La Joie à La Reine Blanche : Olivier Ruidavet, mis en scène par Tristan Robin, porte la leçon de vie de Charles Pépin. Tout en finesse et en nuances, il nous invite à voir et apprécier la joie de l’instant présent, sans remords ni angoisses. Sans se laisser piéger ni par l’espoir d’un absolu, ni par la résignation. Fin, fort, nuancé, à savourer.
Sur la scène, deux toiles blanches, l’angle d’un mur. Le public s’installe, Olivier Ruidavet, sourire doux, attend. Une guitare, Solaro se met à danser, le regard… intrigué. Je n’ai pas beaucoup dormi. Mais il y a ce bonheur dans mes muscles qui me tient compagnie…

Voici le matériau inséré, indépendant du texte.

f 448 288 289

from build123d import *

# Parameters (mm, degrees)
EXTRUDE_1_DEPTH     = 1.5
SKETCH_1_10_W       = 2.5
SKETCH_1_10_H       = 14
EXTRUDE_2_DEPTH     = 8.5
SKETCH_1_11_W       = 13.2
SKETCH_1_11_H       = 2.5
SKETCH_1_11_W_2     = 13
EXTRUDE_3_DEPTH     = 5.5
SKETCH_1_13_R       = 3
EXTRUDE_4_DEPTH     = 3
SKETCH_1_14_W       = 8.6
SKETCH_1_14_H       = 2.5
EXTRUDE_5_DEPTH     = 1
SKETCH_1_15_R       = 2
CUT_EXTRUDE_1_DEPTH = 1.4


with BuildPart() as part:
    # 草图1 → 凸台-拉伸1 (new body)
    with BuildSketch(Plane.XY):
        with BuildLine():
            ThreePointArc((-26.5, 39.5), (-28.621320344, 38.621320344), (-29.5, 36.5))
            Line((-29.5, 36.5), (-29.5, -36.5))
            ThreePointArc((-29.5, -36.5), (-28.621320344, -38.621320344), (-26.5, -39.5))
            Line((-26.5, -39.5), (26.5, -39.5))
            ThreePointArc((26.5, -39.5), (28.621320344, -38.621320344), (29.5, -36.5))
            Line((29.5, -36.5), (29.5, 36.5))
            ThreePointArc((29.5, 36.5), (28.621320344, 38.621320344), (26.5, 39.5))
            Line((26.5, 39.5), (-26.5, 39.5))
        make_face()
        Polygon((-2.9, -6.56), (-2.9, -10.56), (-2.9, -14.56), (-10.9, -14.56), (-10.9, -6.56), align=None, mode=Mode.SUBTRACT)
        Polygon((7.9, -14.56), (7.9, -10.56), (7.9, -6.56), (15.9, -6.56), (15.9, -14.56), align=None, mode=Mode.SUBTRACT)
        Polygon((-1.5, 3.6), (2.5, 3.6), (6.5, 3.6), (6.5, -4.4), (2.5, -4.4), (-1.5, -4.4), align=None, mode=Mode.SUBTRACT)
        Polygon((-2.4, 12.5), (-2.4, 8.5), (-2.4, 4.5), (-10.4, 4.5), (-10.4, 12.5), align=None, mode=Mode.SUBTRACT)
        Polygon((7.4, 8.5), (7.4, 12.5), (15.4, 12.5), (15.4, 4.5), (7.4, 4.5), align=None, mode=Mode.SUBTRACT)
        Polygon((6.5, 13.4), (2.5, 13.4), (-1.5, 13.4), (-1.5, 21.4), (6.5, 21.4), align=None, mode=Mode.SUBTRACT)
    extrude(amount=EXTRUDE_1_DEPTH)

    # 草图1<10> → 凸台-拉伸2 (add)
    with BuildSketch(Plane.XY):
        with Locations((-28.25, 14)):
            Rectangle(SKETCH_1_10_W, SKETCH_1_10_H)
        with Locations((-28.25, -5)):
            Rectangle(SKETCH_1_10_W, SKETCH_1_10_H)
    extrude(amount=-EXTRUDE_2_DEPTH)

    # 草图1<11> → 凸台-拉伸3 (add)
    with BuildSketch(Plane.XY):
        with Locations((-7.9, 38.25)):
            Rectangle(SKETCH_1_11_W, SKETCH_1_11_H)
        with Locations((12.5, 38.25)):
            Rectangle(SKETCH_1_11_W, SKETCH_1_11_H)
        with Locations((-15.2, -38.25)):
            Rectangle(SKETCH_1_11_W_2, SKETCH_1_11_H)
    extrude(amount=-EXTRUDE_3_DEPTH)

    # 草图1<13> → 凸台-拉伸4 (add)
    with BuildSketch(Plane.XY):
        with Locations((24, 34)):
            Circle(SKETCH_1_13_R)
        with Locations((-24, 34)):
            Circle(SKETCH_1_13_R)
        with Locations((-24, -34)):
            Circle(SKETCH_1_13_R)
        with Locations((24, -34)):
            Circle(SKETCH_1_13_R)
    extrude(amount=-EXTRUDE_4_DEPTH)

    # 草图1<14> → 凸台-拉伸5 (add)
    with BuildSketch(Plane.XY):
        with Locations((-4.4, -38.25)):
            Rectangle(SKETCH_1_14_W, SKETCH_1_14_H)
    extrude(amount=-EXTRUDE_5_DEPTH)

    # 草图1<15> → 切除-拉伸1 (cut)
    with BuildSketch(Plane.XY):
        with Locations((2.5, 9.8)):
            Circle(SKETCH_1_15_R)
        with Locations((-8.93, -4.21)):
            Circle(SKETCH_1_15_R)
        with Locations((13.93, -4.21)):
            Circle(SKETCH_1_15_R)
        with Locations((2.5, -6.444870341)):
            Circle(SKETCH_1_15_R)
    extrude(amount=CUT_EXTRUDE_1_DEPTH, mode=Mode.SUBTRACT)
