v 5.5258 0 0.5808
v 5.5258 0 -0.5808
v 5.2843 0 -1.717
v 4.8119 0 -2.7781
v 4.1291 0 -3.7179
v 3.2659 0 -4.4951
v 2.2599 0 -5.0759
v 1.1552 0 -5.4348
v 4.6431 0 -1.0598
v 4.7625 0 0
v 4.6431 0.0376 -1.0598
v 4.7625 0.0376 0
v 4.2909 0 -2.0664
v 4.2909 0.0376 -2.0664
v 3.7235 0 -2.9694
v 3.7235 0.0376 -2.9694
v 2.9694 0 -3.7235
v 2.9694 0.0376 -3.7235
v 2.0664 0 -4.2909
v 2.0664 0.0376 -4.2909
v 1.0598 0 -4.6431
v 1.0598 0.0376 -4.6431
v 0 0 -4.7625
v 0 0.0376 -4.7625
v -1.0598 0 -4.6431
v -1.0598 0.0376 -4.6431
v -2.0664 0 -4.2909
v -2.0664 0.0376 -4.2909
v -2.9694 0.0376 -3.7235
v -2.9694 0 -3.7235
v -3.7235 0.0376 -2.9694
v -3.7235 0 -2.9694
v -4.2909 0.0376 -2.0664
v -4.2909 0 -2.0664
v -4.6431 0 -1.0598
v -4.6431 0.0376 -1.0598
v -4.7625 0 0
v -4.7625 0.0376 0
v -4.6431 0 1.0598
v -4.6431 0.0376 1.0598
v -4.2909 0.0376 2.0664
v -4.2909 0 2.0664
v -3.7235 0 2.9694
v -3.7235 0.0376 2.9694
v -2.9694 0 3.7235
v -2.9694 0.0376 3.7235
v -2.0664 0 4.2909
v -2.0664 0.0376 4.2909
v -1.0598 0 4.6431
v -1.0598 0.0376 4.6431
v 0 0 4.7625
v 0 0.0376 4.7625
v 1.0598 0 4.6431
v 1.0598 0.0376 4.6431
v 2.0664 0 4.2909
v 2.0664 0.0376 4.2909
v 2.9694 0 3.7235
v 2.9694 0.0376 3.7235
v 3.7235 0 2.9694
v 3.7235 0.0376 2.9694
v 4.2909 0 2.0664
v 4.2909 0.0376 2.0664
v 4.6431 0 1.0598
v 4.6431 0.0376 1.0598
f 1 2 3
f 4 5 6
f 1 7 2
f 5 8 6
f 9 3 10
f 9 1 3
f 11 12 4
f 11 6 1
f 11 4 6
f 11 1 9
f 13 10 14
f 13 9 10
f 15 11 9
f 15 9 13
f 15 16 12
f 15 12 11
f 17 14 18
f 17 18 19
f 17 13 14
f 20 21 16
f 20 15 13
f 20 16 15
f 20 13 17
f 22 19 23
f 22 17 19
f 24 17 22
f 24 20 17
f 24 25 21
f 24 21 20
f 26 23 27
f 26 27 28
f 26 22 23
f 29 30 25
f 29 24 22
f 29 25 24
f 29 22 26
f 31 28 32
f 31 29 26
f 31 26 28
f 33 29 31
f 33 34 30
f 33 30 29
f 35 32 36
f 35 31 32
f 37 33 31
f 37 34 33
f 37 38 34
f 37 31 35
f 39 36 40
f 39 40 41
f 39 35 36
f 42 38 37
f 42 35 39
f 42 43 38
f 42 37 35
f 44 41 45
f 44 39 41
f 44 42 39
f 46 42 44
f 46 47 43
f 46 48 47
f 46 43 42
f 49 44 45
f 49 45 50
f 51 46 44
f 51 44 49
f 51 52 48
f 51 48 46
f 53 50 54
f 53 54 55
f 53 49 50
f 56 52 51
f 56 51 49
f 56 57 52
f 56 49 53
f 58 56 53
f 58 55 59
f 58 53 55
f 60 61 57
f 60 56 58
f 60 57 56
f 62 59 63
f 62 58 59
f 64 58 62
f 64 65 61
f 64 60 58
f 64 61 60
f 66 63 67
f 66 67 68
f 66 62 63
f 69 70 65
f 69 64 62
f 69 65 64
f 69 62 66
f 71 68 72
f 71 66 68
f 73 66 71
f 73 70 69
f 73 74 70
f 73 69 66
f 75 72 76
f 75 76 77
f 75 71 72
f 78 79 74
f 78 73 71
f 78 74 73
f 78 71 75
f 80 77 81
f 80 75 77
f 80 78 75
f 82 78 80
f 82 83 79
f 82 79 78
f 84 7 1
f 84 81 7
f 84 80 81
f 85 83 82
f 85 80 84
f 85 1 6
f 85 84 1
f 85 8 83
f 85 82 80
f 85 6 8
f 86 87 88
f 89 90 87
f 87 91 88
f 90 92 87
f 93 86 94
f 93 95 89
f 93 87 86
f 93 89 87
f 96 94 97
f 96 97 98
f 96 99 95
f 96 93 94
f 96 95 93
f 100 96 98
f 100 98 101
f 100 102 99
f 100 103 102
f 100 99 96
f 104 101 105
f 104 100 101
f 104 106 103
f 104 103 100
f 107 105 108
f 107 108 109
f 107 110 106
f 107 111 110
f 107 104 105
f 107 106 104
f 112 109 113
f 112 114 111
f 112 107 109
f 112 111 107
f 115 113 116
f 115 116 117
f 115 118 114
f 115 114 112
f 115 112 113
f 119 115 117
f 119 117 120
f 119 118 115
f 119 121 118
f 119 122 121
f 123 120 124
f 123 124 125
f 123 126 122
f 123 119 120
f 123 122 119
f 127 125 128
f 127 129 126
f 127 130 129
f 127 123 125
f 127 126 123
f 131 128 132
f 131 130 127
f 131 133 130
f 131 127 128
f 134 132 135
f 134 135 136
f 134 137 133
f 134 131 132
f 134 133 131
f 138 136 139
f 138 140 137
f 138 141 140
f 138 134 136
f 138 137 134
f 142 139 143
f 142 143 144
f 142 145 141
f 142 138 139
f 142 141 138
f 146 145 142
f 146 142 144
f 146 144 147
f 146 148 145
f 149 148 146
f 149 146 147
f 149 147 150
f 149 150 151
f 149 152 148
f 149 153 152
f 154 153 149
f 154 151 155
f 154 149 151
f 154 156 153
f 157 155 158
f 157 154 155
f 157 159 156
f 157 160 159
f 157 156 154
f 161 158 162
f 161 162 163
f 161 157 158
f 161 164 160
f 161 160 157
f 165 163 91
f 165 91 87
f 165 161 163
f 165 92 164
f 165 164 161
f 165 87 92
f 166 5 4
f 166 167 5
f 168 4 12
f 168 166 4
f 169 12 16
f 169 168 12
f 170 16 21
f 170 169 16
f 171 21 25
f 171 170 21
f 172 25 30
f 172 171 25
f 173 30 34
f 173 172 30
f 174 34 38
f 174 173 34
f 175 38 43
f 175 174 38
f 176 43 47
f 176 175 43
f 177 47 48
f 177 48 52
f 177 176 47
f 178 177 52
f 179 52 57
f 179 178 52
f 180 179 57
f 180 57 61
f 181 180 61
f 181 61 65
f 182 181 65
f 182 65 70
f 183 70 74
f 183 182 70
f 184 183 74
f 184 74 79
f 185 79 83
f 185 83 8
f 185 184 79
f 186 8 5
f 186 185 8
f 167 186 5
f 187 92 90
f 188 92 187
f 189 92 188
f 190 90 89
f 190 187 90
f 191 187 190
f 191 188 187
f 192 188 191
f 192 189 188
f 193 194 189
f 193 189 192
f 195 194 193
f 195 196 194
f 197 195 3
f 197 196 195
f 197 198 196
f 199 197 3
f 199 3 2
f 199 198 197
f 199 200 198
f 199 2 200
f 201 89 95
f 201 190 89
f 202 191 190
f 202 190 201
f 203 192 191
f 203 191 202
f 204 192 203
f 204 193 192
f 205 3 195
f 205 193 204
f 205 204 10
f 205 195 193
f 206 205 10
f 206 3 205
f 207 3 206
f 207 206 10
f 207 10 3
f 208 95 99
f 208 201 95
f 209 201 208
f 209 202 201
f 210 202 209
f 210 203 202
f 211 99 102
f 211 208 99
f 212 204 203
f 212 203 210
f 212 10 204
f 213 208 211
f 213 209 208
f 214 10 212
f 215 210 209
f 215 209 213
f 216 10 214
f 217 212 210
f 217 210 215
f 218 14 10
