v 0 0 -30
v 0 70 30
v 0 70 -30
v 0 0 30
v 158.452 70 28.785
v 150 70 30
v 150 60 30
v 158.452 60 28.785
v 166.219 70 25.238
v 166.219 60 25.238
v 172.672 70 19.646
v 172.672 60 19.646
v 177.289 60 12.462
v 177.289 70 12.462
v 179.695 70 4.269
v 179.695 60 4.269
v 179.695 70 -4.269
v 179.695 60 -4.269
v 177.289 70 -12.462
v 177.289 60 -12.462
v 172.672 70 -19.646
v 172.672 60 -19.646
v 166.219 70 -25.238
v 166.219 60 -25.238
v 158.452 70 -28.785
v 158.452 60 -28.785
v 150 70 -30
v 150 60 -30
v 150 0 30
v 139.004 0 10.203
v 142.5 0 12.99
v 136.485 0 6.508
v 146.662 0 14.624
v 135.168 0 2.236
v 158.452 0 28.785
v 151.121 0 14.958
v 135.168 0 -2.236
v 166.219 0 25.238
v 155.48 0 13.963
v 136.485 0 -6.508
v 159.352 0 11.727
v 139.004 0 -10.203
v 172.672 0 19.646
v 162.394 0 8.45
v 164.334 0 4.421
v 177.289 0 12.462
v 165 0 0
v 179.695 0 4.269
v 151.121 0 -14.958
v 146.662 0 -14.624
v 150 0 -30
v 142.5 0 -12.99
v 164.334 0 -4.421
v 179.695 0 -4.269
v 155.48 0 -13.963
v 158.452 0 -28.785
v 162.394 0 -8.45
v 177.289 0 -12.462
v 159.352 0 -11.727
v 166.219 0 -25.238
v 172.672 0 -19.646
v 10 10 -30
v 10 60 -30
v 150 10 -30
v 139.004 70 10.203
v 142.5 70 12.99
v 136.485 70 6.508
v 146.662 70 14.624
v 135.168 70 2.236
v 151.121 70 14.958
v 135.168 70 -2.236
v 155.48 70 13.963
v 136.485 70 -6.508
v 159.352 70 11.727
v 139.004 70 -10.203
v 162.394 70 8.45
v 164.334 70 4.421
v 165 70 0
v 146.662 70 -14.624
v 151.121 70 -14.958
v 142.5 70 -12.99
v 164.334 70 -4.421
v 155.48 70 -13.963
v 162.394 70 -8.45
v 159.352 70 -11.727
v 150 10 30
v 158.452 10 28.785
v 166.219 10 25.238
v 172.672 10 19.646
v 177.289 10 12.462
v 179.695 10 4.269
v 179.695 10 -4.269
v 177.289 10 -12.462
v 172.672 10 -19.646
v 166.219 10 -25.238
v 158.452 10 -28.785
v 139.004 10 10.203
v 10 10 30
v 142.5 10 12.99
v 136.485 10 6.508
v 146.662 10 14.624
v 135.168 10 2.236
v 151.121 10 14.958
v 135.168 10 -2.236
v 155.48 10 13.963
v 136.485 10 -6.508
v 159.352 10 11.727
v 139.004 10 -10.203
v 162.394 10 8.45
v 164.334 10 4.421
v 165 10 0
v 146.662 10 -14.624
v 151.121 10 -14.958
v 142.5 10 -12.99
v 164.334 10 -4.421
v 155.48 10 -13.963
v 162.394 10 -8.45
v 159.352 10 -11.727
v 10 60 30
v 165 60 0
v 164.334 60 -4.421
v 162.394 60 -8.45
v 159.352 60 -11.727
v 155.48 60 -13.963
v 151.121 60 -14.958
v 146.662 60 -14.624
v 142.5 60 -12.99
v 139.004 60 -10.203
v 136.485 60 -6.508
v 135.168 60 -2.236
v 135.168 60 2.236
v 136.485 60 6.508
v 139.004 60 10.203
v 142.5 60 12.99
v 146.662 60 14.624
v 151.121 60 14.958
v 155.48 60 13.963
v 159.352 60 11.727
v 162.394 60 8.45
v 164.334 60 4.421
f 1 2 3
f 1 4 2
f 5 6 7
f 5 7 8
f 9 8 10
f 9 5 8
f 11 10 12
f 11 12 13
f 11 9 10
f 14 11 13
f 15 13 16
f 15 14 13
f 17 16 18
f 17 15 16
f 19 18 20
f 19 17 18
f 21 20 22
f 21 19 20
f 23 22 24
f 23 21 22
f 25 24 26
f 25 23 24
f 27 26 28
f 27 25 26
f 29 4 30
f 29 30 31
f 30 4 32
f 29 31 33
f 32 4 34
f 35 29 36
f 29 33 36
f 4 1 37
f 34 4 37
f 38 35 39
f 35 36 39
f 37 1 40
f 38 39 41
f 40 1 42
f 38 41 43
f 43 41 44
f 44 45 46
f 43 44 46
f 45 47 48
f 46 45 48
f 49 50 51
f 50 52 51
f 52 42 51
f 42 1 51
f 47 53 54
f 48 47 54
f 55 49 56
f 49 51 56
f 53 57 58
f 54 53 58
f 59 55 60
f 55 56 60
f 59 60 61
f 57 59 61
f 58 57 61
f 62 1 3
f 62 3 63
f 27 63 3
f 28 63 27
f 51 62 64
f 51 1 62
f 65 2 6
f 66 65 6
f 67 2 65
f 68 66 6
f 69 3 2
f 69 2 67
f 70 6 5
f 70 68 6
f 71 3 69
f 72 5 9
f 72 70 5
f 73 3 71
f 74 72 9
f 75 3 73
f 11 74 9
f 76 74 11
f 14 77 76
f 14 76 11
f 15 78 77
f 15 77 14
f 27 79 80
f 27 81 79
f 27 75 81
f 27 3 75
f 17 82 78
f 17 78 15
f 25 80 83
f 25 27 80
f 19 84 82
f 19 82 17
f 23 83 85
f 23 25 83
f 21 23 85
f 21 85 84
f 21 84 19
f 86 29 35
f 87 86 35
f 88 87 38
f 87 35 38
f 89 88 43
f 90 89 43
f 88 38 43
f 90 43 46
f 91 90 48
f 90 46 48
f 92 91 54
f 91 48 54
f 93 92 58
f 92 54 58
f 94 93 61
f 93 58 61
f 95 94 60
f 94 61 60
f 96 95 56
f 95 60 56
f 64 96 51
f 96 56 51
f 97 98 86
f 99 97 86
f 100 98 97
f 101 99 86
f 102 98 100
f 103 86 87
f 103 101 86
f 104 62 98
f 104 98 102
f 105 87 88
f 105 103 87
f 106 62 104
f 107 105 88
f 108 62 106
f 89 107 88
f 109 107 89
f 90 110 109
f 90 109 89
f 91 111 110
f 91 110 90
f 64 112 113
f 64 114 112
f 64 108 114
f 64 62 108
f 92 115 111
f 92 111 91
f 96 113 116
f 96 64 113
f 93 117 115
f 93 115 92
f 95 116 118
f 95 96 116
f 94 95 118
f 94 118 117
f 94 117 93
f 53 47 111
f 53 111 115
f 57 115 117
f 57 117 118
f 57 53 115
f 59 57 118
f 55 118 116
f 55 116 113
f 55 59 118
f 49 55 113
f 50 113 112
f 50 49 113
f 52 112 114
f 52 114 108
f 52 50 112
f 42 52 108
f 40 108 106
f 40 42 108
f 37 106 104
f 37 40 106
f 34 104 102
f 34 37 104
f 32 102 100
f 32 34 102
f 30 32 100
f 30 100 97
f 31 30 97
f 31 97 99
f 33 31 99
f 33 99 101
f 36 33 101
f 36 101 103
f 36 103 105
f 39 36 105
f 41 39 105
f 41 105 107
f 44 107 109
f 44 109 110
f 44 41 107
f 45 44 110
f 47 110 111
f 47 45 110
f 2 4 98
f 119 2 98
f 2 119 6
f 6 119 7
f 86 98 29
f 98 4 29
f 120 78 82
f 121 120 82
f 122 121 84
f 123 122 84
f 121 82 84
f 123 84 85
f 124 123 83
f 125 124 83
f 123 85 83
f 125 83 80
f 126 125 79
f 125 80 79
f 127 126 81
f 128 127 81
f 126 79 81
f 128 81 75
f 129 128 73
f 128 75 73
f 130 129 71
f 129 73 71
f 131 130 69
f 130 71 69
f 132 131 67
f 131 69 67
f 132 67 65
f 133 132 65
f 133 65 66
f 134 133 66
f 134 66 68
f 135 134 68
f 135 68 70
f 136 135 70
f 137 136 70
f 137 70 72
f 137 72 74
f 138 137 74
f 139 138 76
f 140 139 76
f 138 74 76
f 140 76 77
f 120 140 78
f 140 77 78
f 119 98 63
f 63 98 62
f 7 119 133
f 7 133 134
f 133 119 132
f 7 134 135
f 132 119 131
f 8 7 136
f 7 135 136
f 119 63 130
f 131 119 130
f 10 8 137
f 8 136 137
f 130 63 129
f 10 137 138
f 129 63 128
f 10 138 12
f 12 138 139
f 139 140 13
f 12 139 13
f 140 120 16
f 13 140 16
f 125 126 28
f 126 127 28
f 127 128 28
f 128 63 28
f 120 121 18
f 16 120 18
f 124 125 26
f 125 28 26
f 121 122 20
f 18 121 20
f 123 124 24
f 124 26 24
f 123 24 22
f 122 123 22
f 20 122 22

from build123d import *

# Parameters (mm, degrees)
SKETCH1_R           = 15
BOSS_EXTRUDE1_DEPTH = 10
SKETCH2_W           = 10
SKETCH2_H           = 60
BOSS_EXTRUDE2_DEPTH = 60


with BuildPart() as part:
    # Sketch1 → Boss-Extrude1 (new body)
    with BuildSketch(Plane(origin=(0, 0, 0), x_dir=(1, 0, 0), z_dir=(0, 1, 0))):
        with BuildLine():
            Line((0, 30), (0, -30))
            Line((0, -30), (150, -30))
            ThreePointArc((150, -30), (180, 0), (150, 30))
            Line((150, 30), (0, 30))
        make_face()
        with Locations((150, 0)):
            Circle(SKETCH1_R, mode=Mode.SUBTRACT)
    boss_extrude1 = extrude(amount=BOSS_EXTRUDE1_DEPTH)

    # Sketch2 → Boss-Extrude2 (add)
    with BuildSketch(Plane(origin=(0, 10, 0), x_dir=(1, 0, 0), z_dir=(0, 1, 0))):
        with Locations((5, 0)):
            Rectangle(SKETCH2_W, SKETCH2_H)
    extrude(amount=BOSS_EXTRUDE2_DEPTH)

    # Mirror2: Boss-Extrude1 across plane
    add(boss_extrude1.mirror(Plane.ZX.offset(35)))


solid = part.part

Solaro vit dans l’instant. Sans remords du passé, sans angoisses du futur, il savoure le présent. Comme Meursault, le héros de L’étranger de Camus, il va croiser à deux reprises un groupe de petites frappes, tirer sur l’une d’elles la deuxième fois, passer devant le tribunal, attendre en prison. Comme Meursault, il accepte les choses. Ce n’est pas de l’ennui, ce n’est pas du détachement ni de l’indifférence, il n’aura pas de colère. C’est de l’attention. Solaro est attentif au positif qu’il y a en chaque instant de la vie. Acceptation heureuse dira l’avocat général dans une mauvaise caricature. Solaro ne connait pas l’espoir, l’espoir est un poison qui nous empêche d’aimer ce qui est là, il entreprend, apprend, il ne connait pas non plus le fatalisme ni la résignation.
Olivier Ruidavet a adapté le livre de Charles Pépin, et en donne toutes les nuances sur scène, finement guidé par la mise en scène de Tristan Robin. Nuances dans la voix, dans les gestes, dans les regards.
Je n’avais pas lu le livre de Charles Pépin en entrant dans la salle. J’ai eu le plaisir de découvrir en même temps le parcours de Solaro, si parallèle à celui de Meursault, si différent. L’interprétation d’Olivier Ruidavet. La leçon de vie de Charles Pépin. Il y a peut-être quelque part un bonheur aussi absolu qu’inatteignable, il y a partout et à chaque instant de quoi éprouver de la joie. La force de la vie, celle qui fait pousser une herbe dans la fissure d’un trottoir. Sans illusion ni résignation, sans idéalisme ni fatalisme?
La Joie est une invitation à enlever les œillères du bonheur absolu, à percevoir les joies qu’on croise à chaque instant, à les savourer. Un texte aussi fin que fort, magnifiquement servi par l’interprétation toute en nuances d’Olivier Ruidavet.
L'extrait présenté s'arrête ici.